Rosa fought against the tears that threatened to overwhelm her. She shrugged helplessly, stared up at the ceiling, and swallowed. “You have him, God,” she whispered aloud in the darkness. “I hope you are happy now.” Then, thinking her words and thoughts must surely be blasphemous enough to call down more sorrow and bad luck, she crossed herself, sank to her knees, and sobbed out her sorrow.
It was a while before her tears subsided, but when they did, Rosa pulled herself to her feet. Glancing down, she stared at the black dress, a pool of darkness in the filtered moonlight. The color of widows. She would wear it for the rest of her life. With unsteady hands she drew the dress away from her shoulders and pushed it off until it fell around her ankles. Stepping out of the velvet that encircled her feet, Rosa turned back the coverlet and stretched out on the cool, crisp sheet, men closed her burning eyes against the uncertainty that would come with the rising sun.

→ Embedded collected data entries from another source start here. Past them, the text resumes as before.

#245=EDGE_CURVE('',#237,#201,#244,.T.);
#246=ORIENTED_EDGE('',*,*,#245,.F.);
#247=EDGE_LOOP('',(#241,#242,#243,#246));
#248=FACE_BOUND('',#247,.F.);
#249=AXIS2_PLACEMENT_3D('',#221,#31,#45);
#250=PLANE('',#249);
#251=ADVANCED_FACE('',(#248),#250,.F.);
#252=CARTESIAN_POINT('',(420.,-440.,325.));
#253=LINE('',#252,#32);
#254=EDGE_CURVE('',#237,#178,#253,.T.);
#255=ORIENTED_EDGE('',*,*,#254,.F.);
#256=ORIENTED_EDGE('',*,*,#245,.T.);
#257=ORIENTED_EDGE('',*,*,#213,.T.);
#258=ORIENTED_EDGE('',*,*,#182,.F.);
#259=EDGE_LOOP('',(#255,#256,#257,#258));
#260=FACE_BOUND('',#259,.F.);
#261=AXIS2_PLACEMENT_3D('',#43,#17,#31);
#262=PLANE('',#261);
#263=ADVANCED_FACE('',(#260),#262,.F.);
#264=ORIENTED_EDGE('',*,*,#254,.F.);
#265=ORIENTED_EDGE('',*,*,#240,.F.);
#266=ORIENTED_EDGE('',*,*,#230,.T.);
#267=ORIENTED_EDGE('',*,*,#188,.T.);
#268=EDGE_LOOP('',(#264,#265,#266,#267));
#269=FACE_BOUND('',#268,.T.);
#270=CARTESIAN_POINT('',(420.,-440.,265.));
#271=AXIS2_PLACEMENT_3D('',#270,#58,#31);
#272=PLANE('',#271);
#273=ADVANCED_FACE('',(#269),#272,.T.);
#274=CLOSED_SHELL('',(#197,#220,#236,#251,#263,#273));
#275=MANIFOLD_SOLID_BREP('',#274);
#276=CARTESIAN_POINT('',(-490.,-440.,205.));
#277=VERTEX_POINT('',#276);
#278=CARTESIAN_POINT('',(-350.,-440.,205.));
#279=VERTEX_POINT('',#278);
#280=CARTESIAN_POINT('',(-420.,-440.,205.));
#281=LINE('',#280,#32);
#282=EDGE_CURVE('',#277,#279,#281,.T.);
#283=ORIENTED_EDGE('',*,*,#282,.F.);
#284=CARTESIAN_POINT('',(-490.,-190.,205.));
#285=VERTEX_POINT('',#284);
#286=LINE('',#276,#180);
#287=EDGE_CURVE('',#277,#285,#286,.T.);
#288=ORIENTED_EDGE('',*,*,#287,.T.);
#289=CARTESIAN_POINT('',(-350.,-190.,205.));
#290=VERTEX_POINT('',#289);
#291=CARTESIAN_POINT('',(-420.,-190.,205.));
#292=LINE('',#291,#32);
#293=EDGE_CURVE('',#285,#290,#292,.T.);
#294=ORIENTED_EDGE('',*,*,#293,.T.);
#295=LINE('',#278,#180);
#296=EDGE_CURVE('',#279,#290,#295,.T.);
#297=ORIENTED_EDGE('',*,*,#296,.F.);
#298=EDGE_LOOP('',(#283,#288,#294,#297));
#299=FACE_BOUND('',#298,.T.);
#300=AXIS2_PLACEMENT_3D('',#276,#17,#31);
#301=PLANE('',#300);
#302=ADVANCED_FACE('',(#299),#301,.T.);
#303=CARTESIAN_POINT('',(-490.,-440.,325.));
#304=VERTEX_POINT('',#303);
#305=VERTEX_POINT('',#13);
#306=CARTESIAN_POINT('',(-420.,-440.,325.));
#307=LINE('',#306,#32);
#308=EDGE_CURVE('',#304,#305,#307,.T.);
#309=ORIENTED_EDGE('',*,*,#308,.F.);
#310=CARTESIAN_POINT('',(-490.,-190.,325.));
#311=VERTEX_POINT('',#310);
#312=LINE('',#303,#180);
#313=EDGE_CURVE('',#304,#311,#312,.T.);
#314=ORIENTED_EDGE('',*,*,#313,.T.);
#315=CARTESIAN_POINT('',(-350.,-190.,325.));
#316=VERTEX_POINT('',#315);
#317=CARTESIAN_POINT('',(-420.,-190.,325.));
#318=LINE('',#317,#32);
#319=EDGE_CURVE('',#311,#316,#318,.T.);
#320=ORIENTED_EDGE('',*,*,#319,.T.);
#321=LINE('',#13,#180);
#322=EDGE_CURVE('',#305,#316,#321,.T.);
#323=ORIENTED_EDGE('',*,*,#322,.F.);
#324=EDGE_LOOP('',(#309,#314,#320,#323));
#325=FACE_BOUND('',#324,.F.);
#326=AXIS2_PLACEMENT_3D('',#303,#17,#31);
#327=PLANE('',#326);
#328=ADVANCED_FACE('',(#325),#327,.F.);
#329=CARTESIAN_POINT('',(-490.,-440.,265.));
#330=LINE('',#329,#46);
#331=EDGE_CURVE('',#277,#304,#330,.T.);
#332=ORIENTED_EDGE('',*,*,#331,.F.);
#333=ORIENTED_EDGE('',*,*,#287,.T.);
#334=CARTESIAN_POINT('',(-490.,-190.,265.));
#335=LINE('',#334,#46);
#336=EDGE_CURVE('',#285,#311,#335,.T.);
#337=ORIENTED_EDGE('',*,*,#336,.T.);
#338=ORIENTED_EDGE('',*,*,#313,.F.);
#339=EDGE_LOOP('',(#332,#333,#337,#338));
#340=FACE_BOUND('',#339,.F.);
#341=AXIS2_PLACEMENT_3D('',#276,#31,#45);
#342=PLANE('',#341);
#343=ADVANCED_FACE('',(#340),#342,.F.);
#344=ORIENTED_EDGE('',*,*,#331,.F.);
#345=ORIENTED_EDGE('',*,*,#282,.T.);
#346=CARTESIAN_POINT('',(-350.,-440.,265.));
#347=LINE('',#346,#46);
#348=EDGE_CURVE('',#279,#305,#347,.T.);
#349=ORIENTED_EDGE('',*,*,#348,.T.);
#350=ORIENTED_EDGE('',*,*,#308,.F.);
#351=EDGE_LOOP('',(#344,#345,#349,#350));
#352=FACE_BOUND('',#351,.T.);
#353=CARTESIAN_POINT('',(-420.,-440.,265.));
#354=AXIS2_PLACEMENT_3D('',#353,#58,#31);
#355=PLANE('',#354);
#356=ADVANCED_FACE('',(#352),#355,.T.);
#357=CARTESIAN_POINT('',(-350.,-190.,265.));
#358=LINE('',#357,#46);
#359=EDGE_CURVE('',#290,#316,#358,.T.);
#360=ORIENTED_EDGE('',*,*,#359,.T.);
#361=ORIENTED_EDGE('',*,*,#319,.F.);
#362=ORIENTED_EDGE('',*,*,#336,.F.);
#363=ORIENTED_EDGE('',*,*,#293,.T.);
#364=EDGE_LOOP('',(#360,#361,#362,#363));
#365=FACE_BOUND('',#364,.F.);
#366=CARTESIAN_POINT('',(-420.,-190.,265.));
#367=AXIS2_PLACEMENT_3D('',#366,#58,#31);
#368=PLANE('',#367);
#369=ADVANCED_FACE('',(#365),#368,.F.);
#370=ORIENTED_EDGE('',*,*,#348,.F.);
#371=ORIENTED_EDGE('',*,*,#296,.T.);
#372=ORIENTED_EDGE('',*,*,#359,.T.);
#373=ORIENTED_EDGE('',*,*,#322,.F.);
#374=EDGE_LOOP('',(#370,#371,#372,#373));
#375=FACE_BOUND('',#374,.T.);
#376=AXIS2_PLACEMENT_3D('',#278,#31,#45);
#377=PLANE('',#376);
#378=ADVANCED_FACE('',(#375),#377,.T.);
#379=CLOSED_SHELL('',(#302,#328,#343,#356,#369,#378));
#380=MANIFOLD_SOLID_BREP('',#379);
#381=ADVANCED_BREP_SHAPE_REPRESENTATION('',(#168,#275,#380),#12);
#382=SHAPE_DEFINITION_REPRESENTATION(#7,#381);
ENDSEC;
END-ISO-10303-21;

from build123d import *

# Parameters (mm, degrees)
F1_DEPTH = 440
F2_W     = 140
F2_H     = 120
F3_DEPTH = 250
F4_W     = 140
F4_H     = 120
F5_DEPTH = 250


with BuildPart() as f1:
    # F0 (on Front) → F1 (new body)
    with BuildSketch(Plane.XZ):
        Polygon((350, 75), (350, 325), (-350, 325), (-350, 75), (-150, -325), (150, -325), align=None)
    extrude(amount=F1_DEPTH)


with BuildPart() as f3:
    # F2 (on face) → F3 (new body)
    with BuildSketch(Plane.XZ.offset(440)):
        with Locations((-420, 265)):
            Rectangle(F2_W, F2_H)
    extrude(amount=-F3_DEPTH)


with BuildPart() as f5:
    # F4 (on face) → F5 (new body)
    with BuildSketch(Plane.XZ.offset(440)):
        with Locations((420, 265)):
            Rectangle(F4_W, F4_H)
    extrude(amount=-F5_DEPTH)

A soft rapping at the door alerted Rosa to the fact that it was time to leave. The portal swung open to reveal the woman called Bertha Matheson, the proprietress of the boardinghouse who had curtly introduced herself earlier. The woman’s bulk should have attested to her culinary skills, but if Rosa’s early morning breakfast of runny eggs, burned biscuits, and ham slices so dry they resembled shoe leather was any indication of the rest of the fare, it would seem that only Bertha relished her own cooking.